Plot was decently engaging and spooky, but the ending a little flat. I expected a twist, hoping that maybe the obvious villain wasn't the villain after all, or at least not so cartoonishly evil. The ending went a little quick, I got to the last few pages and thought "really, we're resolving everything in so few pages?" 

There are some preachy moments where the book seems to turn to the reader and is like "don't you agree this is a terrible thing?" This contributes to some stiff dialogue that doesn't sound like people talk.

I liked Gabe but he was a wildly unrealistic teenager, far too good. I was a good child, but this lad was a saint who knew therapy speak. 

There was also the fact that they kept saying this horror director had a film win multiple Oscars. I kept dragging me out of the book. I suppose this was the writer trying to saying "that's just how much of a genius director he is, even the academy takes him seriously," but it more came across that it was just the fanciest film accolade they knew.

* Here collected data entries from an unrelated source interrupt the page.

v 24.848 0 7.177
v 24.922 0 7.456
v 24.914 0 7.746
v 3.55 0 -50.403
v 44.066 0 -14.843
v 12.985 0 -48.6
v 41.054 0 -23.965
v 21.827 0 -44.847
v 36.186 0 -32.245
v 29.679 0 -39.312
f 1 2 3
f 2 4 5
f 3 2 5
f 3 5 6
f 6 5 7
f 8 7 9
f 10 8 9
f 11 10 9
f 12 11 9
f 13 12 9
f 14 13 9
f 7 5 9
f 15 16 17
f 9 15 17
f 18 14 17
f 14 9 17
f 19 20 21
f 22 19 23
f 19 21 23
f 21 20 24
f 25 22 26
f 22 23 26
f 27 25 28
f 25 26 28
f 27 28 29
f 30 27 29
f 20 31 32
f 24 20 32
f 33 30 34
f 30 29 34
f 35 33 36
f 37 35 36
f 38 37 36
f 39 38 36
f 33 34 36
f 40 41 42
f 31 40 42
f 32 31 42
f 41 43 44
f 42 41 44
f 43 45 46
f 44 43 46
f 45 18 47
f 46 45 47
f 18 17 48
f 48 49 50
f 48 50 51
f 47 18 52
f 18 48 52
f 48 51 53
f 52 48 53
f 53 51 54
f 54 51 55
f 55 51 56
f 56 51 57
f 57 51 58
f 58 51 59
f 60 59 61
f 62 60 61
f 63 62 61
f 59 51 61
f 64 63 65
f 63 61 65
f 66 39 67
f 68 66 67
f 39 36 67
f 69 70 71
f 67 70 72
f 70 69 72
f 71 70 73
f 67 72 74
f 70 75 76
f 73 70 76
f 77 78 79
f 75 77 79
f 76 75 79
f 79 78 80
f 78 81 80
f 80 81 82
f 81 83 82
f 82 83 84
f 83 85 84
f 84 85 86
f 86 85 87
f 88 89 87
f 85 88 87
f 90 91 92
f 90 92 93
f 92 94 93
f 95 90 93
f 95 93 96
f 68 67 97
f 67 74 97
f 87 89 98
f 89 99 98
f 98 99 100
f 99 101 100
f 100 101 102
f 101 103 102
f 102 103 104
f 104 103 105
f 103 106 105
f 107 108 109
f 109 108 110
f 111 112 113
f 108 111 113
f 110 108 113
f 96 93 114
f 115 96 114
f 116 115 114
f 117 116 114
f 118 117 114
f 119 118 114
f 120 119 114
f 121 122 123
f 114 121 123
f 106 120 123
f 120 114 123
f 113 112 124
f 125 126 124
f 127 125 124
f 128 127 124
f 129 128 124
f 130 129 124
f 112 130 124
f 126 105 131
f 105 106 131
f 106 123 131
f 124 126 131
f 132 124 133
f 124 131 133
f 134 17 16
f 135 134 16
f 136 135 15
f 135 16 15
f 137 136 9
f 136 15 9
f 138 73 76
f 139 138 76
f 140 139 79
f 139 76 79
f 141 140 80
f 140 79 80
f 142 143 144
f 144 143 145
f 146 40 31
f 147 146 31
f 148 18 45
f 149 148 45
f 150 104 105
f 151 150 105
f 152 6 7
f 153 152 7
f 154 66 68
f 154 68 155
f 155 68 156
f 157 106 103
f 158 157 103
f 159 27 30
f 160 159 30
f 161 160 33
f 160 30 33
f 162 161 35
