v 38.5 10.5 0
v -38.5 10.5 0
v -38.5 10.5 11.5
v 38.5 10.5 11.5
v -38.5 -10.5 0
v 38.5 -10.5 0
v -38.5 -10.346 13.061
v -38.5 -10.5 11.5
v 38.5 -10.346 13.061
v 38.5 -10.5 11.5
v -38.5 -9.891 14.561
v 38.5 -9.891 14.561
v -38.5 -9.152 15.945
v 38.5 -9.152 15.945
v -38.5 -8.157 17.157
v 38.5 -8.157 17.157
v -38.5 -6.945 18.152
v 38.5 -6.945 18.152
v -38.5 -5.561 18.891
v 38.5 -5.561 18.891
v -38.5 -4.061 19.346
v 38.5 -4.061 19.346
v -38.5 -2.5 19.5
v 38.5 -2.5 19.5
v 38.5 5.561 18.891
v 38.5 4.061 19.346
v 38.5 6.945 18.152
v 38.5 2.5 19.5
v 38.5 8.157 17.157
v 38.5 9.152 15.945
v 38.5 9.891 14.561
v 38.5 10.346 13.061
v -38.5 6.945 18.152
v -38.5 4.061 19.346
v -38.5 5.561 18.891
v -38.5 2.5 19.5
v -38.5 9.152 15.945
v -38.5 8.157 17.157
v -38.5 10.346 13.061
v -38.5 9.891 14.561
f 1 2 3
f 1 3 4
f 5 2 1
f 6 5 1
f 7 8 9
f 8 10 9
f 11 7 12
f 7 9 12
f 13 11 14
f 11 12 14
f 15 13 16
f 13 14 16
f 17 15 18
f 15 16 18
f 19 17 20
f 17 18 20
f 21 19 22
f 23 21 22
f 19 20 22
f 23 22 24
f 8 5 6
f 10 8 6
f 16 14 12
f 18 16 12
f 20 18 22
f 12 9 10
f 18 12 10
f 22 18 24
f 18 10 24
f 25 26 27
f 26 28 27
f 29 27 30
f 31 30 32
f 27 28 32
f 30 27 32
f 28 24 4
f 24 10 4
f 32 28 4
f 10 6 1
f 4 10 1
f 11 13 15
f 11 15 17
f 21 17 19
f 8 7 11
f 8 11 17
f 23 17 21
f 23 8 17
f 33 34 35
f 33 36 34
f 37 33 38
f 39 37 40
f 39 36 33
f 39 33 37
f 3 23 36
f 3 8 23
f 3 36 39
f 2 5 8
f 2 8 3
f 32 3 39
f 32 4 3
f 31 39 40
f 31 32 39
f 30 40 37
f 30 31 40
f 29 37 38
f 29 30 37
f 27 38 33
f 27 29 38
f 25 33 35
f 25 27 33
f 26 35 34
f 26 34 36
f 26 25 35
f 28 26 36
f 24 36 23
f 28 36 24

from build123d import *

# Parameters (mm, degrees)
SKICA1_W                = 77
SKICA1_H                = 21
P_IDAT_VYSUNUT_M1_DEPTH = 19.5
ZAOBLIT1_R              = 8


with BuildPart() as part:
    # Skica1 → Přidat vysunutím1 (new body)
    with BuildSketch(Plane.XY):
        Rectangle(SKICA1_W, SKICA1_H)
    extrude(amount=P_IDAT_VYSUNUT_M1_DEPTH)

    # Zaoblit1
    zaoblit1_edges = [part.edges().sort_by_distance(p)[0] for p in [
        (0, -10.5, 19.5),
        (0, 10.5, 19.5),
    ]]
    fillet(zaoblit1_edges, radius=ZAOBLIT1_R)


solid = part.part
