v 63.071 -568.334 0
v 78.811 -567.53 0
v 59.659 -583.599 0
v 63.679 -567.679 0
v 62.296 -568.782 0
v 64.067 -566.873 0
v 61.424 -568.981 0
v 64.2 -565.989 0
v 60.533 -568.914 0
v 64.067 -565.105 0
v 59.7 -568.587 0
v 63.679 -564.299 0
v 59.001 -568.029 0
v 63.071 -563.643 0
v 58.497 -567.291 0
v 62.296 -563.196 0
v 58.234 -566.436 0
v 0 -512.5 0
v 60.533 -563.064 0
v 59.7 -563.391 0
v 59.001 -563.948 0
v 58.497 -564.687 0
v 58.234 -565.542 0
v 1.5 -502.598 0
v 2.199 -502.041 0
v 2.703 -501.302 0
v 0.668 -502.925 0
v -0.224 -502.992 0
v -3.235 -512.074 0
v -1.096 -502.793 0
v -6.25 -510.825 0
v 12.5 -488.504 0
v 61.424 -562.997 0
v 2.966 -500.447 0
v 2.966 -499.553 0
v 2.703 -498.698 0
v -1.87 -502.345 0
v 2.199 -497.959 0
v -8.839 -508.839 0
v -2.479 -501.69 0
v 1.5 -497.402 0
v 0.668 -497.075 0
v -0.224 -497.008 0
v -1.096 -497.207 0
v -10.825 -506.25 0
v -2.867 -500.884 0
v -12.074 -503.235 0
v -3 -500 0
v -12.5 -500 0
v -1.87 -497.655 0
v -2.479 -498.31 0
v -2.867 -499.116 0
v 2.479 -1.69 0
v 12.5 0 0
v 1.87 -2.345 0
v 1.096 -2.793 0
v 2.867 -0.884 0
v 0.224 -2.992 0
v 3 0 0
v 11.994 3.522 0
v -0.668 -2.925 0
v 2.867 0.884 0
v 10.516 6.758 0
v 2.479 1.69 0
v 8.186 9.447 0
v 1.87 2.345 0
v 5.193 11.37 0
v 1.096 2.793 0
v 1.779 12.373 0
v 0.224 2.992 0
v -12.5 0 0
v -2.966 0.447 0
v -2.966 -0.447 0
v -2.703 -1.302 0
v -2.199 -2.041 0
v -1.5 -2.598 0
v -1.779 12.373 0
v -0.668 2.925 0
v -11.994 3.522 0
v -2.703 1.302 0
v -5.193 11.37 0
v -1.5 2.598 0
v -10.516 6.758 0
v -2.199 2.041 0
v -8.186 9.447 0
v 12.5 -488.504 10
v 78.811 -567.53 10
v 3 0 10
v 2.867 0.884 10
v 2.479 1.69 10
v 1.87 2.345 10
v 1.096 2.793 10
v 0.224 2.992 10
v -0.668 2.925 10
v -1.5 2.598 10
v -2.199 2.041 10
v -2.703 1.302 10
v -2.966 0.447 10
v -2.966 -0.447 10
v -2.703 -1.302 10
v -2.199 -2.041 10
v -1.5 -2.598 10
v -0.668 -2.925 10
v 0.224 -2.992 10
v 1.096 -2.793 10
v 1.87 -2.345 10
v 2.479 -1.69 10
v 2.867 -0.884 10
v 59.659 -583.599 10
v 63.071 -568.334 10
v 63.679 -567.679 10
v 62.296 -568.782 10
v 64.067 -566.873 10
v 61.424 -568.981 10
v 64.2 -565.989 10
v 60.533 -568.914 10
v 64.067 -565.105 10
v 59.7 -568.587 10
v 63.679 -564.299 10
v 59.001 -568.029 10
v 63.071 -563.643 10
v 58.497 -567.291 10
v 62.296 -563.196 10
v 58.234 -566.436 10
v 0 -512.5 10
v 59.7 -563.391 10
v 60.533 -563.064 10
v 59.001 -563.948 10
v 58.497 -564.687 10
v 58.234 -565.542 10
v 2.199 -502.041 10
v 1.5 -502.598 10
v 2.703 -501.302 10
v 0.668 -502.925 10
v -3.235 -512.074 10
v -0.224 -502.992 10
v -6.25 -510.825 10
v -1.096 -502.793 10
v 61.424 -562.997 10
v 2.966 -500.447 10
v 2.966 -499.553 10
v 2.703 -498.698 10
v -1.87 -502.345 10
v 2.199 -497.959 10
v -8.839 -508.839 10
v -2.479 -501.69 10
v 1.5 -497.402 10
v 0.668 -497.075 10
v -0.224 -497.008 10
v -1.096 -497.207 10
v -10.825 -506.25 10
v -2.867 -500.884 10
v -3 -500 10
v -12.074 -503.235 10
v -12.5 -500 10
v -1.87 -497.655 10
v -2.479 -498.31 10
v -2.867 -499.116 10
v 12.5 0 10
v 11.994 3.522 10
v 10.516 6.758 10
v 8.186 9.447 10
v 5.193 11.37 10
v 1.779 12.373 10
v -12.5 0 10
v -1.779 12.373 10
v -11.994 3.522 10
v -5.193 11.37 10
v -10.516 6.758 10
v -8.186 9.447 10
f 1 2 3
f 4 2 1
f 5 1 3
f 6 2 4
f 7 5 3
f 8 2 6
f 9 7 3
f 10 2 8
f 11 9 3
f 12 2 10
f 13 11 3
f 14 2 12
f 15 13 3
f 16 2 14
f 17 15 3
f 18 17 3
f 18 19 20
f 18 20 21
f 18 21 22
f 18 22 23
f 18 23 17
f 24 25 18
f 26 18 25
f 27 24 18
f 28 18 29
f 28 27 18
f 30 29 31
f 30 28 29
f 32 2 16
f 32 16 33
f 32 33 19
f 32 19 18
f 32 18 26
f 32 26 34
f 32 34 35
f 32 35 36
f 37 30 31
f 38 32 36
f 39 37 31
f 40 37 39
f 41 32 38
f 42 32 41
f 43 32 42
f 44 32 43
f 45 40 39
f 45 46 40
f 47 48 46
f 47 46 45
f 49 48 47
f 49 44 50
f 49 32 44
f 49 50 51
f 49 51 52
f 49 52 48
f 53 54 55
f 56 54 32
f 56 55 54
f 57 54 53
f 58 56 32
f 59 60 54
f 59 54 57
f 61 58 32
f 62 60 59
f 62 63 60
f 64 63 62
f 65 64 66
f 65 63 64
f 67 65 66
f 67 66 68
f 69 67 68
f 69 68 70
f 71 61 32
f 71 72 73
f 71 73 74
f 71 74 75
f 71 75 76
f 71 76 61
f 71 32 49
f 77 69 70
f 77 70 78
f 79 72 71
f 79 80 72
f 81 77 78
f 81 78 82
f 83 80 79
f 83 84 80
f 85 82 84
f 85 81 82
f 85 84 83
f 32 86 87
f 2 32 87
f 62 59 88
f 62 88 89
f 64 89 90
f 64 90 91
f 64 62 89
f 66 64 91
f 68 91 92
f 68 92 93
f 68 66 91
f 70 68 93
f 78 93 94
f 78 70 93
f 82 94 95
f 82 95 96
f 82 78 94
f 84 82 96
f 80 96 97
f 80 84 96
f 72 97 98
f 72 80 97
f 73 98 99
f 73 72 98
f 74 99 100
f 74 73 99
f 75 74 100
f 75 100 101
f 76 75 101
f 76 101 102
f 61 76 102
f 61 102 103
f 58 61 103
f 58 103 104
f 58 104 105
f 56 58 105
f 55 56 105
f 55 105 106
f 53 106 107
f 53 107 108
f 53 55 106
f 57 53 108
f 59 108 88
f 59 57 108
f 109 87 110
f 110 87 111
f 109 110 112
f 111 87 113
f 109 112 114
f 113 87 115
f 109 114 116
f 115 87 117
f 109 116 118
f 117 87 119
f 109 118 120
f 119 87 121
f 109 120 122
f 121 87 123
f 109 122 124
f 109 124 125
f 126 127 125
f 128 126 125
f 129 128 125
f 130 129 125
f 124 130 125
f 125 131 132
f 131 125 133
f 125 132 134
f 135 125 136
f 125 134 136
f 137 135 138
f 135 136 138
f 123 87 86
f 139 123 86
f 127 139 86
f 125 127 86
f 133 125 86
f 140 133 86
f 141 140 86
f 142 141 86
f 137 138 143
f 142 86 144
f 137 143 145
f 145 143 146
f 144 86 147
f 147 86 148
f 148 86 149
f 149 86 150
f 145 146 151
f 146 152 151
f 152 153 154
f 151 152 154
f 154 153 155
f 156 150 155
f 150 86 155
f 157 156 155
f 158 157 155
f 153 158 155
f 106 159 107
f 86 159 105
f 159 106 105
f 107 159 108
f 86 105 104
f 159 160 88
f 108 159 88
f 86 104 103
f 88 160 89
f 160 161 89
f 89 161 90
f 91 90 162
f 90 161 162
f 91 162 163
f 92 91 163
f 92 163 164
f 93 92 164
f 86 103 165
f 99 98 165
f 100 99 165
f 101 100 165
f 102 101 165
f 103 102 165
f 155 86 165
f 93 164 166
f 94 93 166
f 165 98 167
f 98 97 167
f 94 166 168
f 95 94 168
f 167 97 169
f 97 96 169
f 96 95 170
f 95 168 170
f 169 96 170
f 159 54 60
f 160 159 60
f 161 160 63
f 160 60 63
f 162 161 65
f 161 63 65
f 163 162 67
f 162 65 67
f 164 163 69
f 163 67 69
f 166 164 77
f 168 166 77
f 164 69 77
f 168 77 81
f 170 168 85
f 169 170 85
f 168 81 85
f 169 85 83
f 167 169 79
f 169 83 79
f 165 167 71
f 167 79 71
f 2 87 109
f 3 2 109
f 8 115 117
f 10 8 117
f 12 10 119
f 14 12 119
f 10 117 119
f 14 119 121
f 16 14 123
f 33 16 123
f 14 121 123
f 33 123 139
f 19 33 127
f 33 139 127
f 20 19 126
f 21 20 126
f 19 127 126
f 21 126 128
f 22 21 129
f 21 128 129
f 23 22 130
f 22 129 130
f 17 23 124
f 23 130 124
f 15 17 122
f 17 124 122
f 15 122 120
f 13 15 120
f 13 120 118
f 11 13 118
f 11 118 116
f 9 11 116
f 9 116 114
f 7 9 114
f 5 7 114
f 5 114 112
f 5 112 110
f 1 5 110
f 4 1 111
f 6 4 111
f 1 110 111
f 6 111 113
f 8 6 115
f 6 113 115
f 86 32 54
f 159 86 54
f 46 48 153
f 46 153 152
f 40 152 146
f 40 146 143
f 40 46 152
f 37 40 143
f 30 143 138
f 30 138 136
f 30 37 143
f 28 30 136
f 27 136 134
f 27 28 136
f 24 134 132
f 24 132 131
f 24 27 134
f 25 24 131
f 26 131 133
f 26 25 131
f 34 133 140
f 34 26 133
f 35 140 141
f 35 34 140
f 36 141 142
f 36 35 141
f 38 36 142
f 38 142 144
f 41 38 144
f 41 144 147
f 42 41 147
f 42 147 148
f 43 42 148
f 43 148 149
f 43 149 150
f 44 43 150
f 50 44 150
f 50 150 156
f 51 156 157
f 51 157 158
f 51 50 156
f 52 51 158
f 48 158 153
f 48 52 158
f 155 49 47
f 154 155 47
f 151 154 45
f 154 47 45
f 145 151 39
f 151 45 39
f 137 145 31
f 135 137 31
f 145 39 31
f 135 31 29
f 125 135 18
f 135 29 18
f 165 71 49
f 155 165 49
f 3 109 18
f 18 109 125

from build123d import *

# Parameters (mm, degrees)
SKETCH1_R           = 3
BOSS_EXTRUDE1_DEPTH = 10
SKETCH2_R           = 3
BOSS_EXTRUDE3_DEPTH = 10


with BuildPart() as part:
    # Sketch1 → Boss-Extrude1 (new body)
    with BuildSketch(Plane.XY):
        with BuildLine():
            Line((-12.5, 0), (-12.5, -500))
            ThreePointArc((-12.5, -500), (0, -512.5), (12.5, -500))
            Line((12.5, -500), (12.5, 0))
            ThreePointArc((12.5, 0), (0, 12.5), (-12.5, 0))
        make_face()
        Circle(SKETCH1_R, mode=Mode.SUBTRACT)
        with Locations(Location((0, -500, 0), (0, 0, 180))):
            Circle(SKETCH1_R, mode=Mode.SUBTRACT)
    extrude(amount=BOSS_EXTRUDE1_DEPTH)

    # Sketch2 → Boss-Extrude3 (add)
    with BuildSketch(Plane.XY.offset(10)):
        Polygon((12.5, -488.503824236), (78.810550707, -567.529661268), (59.659439629, -583.59935151), (0, -512.5), align=None)
        with Locations((61.200150047, -565.98895085)):
            Circle(SKETCH2_R, mode=Mode.SUBTRACT)
    extrude(amount=-BOSS_EXTRUDE3_DEPTH)


solid = part.part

Horror films are traditionally ignored at the Oscars, and they definitely don't win multiple for one film. If anything it would have made more sense if the author had pointed out that he'd never won an Oscar despite being brilliant because it would fit far better into the sprinkling of "horror films are the underdog" moments throughout the book, like when she talks about movie budgets. It would also be something for Javier to be bitter about, seeing as he's so convinced of his own genius. A tiny detail, but one that irritated me like a stone in my shoe.